─── Task data

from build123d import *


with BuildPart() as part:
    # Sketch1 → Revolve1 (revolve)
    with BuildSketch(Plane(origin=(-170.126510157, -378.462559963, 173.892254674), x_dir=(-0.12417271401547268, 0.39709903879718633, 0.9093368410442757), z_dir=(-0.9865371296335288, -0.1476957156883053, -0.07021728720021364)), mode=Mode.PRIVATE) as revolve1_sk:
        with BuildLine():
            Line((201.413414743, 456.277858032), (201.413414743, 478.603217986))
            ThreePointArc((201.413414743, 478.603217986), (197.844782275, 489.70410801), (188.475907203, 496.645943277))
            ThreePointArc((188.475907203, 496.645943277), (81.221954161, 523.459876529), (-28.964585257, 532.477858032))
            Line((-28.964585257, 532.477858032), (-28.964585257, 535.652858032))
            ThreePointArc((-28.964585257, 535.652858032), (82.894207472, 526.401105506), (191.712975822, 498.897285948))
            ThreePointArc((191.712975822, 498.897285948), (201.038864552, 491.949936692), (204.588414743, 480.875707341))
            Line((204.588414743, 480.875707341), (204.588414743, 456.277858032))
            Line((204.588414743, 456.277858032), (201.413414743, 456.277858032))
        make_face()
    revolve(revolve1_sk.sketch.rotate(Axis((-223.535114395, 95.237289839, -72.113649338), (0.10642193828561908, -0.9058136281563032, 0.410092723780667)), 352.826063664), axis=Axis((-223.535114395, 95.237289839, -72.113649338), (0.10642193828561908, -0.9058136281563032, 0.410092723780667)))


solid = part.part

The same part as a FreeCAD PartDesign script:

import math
import FreeCAD as App
import Part
import Sketcher
from FreeCAD import Vector
Q = App.Units.Quantity

doc = App.newDocument("Part")
body = doc.addObject("PartDesign::Body", "Body")

# Sketch on an angled plane
sketch1 = doc.addObject("Sketcher::SketchObject", "Sketch")
body.addObject(sketch1)
sketch1.Placement = App.Placement(Vector(-170.12651, -378.46256, 173.892255), App.Rotation(Vector(-0.124172714, 0.397099039, 0.909336841), Vector(-0.106421939, 0.905813628, -0.410092724), Vector(-0.98653713, -0.147695716, -0.070217287), "ZXY"))
sketch1.addGeometry([
    Part.LineSegment(Vector(201.4, 478.6, 0), Vector(201.4, 456.3, 0)),  # 0
    Part.LineSegment(Vector(201.4, 456.3, 0), Vector(204.6, 456.3, 0)),  # 1
    Part.LineSegment(Vector(204.6, 456.3, 0), Vector(204.6, 480.9, 0)),  # 2
    Part.ArcOfCircle(Part.Circle(Vector(185.5, 480.9, 0), Vector(0, 0, 1), 19.1), math.radians(0), math.radians(71)),  # 3
    Part.ArcOfCircle(Part.Circle(Vector(-29, -145.2, 0), Vector(0, 0, 1), 680.8), math.radians(71.09), math.radians(90)),  # 4
    Part.LineSegment(Vector(-29, 535.7, 0), Vector(-29, 532.5, 0)),  # 5
    Part.ArcOfCircle(Part.Circle(Vector(-29, -145.2, 0), Vector(0, 0, 1), 677.7), math.radians(71.28), math.radians(90)),  # 6
    Part.ArcOfCircle(Part.Circle(Vector(182.4, 478.6, 0), Vector(0, 0, 1), 19.1), math.radians(0), math.radians(71)),  # 7
], False)
sketch1.addGeometry(Part.LineSegment(Vector(-29, 535.7, 0), Vector(-29, -145.2, 0)), True)  # axis
sketch1.addConstraint([
    Sketcher.Constraint("Coincident", 0, 2, 1, 1),
    Sketcher.Constraint("Coincident", 1, 2, 2, 1),
    Sketcher.Constraint("Tangent", 2, 2, 3, 1),
    Sketcher.Constraint("Tangent", 3, 2, 4, 1),
    Sketcher.Constraint("Coincident", 4, 2, 5, 1),
    Sketcher.Constraint("Coincident", 5, 2, 6, 2),
    Sketcher.Constraint("Tangent", 6, 1, 7, 2),
    Sketcher.Constraint("Tangent", 7, 1, 0, 1),
    Sketcher.Constraint("Vertical", 0),
    Sketcher.Constraint("Horizontal", 1),
    Sketcher.Constraint("Vertical", 2),
    Sketcher.Constraint("Vertical", 5),
    Sketcher.Constraint("Vertical", 8),
    Sketcher.Constraint("Coincident", 6, 3, 4, 3),
    Sketcher.Constraint("Coincident", 8, 2, 4, 3),
    Sketcher.Constraint("Equal", 3, 7),
    Sketcher.Constraint("Vertical", 5, 2, 8, 1),
    Sketcher.Constraint("Equal", 1, 5),
    Sketcher.Constraint("Radius", 3, Q("0.75 in")),
    Sketcher.Constraint("DistanceX", 1, 1, 1, 2, Q("0.125 in")),
    Sketcher.Constraint("DistanceX", 4, 3, 7, 3, Q("8.32 in")),
    Sketcher.Constraint("DistanceY", 0, 2, 4, 2, Q("3.125 in")),
    Sketcher.Constraint("DistanceY", 5, 2, 8, 1, Q("0.125 in")),
    Sketcher.Constraint("Radius", 4, Q("680.843138 mm")),
    Sketcher.Constraint("DistanceY", 4, 3, -1, 1, Q("145.19028 mm")),
    Sketcher.Constraint("DistanceX", -1, 1, 3, 3, Q("185.538415 mm")),
])
revolution = doc.addObject("PartDesign::Revolution", "Revolution")
body.addObject(revolution)
revolution.Profile = sketch1
revolution.ReferenceAxis = (sketch1, ["Axis0"])
revolution.Angle = 360

doc.recompute()
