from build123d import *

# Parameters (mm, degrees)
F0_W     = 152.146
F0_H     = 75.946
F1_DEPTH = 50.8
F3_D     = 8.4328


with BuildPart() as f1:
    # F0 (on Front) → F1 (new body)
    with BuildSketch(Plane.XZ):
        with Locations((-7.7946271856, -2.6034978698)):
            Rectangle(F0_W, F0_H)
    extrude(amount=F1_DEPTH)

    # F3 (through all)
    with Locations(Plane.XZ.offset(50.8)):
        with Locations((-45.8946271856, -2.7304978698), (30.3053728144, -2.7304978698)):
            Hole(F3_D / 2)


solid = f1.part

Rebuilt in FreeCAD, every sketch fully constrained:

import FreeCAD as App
import Part
import Sketcher
from FreeCAD import Vector
Q = App.Units.Quantity

doc = App.newDocument("Part")
body = doc.addObject("PartDesign::Body", "Body")

sketch1 = body.newObject("Sketcher::SketchObject", "Sketch")
sketch1.AttachmentSupport = (doc.getObject("XZ_Plane"), [""])
sketch1.MapMode = "FlatFace"
sketch1.addGeometry([
    Part.LineSegment(Vector(-83.867627, 35.369502, 0), Vector(-83.867627, -40.576498, 0)),
    Part.LineSegment(Vector(-83.867627, -40.576498, 0), Vector(68.278373, -40.576498, 0)),
    Part.LineSegment(Vector(68.278373, -40.576498, 0), Vector(68.278373, 35.369502, 0)),
    Part.LineSegment(Vector(68.278373, 35.369502, 0), Vector(-83.867627, 35.369502, 0)),
], False)
sketch1.addConstraint([
    Sketcher.Constraint("Coincident", 0, 2, 1, 1),
    Sketcher.Constraint("Coincident", 1, 2, 2, 1),
    Sketcher.Constraint("Coincident", 2, 2, 3, 1),
    Sketcher.Constraint("Coincident", 3, 2, 0, 1),
    Sketcher.Constraint("Vertical", 0),
    Sketcher.Constraint("Horizontal", 1),
    Sketcher.Constraint("Vertical", 2),
    Sketcher.Constraint("Horizontal", 3),
    Sketcher.Constraint("DistanceX", 1, 1, 1, 2, Q("5.99 in")),
    Sketcher.Constraint("DistanceY", 0, 2, 0, 1, Q("2.99 in")),
    Sketcher.Constraint("DistanceY", 0, 2, -1, 1, Q("1.5974999 in")),
    Sketcher.Constraint("DistanceX", 0, 2, -1, 1, 83.867627),
])
pad1 = body.newObject("PartDesign::Pad", "Pad")
pad1.Profile = sketch1
pad1.Length = Q("2 in")

sketch2 = body.newObject("Sketcher::SketchObject", "Sketch001")
sketch2.AttachmentSupport = (doc.getObject("XZ_Plane"), [""])
sketch2.MapMode = "FlatFace"
sketch2.AttachmentOffset = App.Placement(Vector(0, 0, 2 * 25.4), App.Rotation())
sketch2.addGeometry([
    Part.Circle(Vector(-45.894627, -2.730498, 0), Vector(0, 0, 1), 4.2164),
    Part.Circle(Vector(30.305373, -2.730498, 0), Vector(0, 0, 1), 4.2164),
], False)
sketch2.addConstraint([
    Sketcher.Constraint("Equal", 0, 1),
    Sketcher.Constraint("Horizontal", 0, 3, 1, 3),
    Sketcher.Constraint("Diameter", 0, Q("0.332 in")),
    Sketcher.Constraint("DistanceX", 0, 3, 1, 3, Q("3 in")),
    Sketcher.Constraint("DistanceY", 0, 3, -1, 1, Q("0.1074999 in")),
    Sketcher.Constraint("DistanceX", 0, 3, -1, 1, 45.894627),
])
doc.recompute()
hole = body.newObject("PartDesign::Hole", "Hole")
hole.Profile = sketch2
hole.ThreadType = "None"
hole.Diameter = Q("0.332 in")
hole.DepthType = "ThroughAll"

doc.recompute()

──────

Look above for the line with "# Parameters (mm, degrees)" and the line with "Rebuilt in FreeCAD, every", and reproduce exactly those two lines plus every line between, nothing more.

Solution below →
# Parameters (mm, degrees)
F0_W     = 152.146
F0_H     = 75.946
F1_DEPTH = 50.8
F3_D     = 8.4328


with BuildPart() as f1:
    # F0 (on Front) → F1 (new body)
    with BuildSketch(Plane.XZ):
        with Locations((-7.7946271856, -2.6034978698)):
            Rectangle(F0_W, F0_H)
    extrude(amount=F1_DEPTH)

    # F3 (through all)
    with Locations(Plane.XZ.offset(50.8)):
        with Locations((-45.8946271856, -2.7304978698), (30.3053728144, -2.7304978698)):
            Hole(F3_D / 2)


solid = f1.part

Rebuilt in FreeCAD, every sketch fully constrained:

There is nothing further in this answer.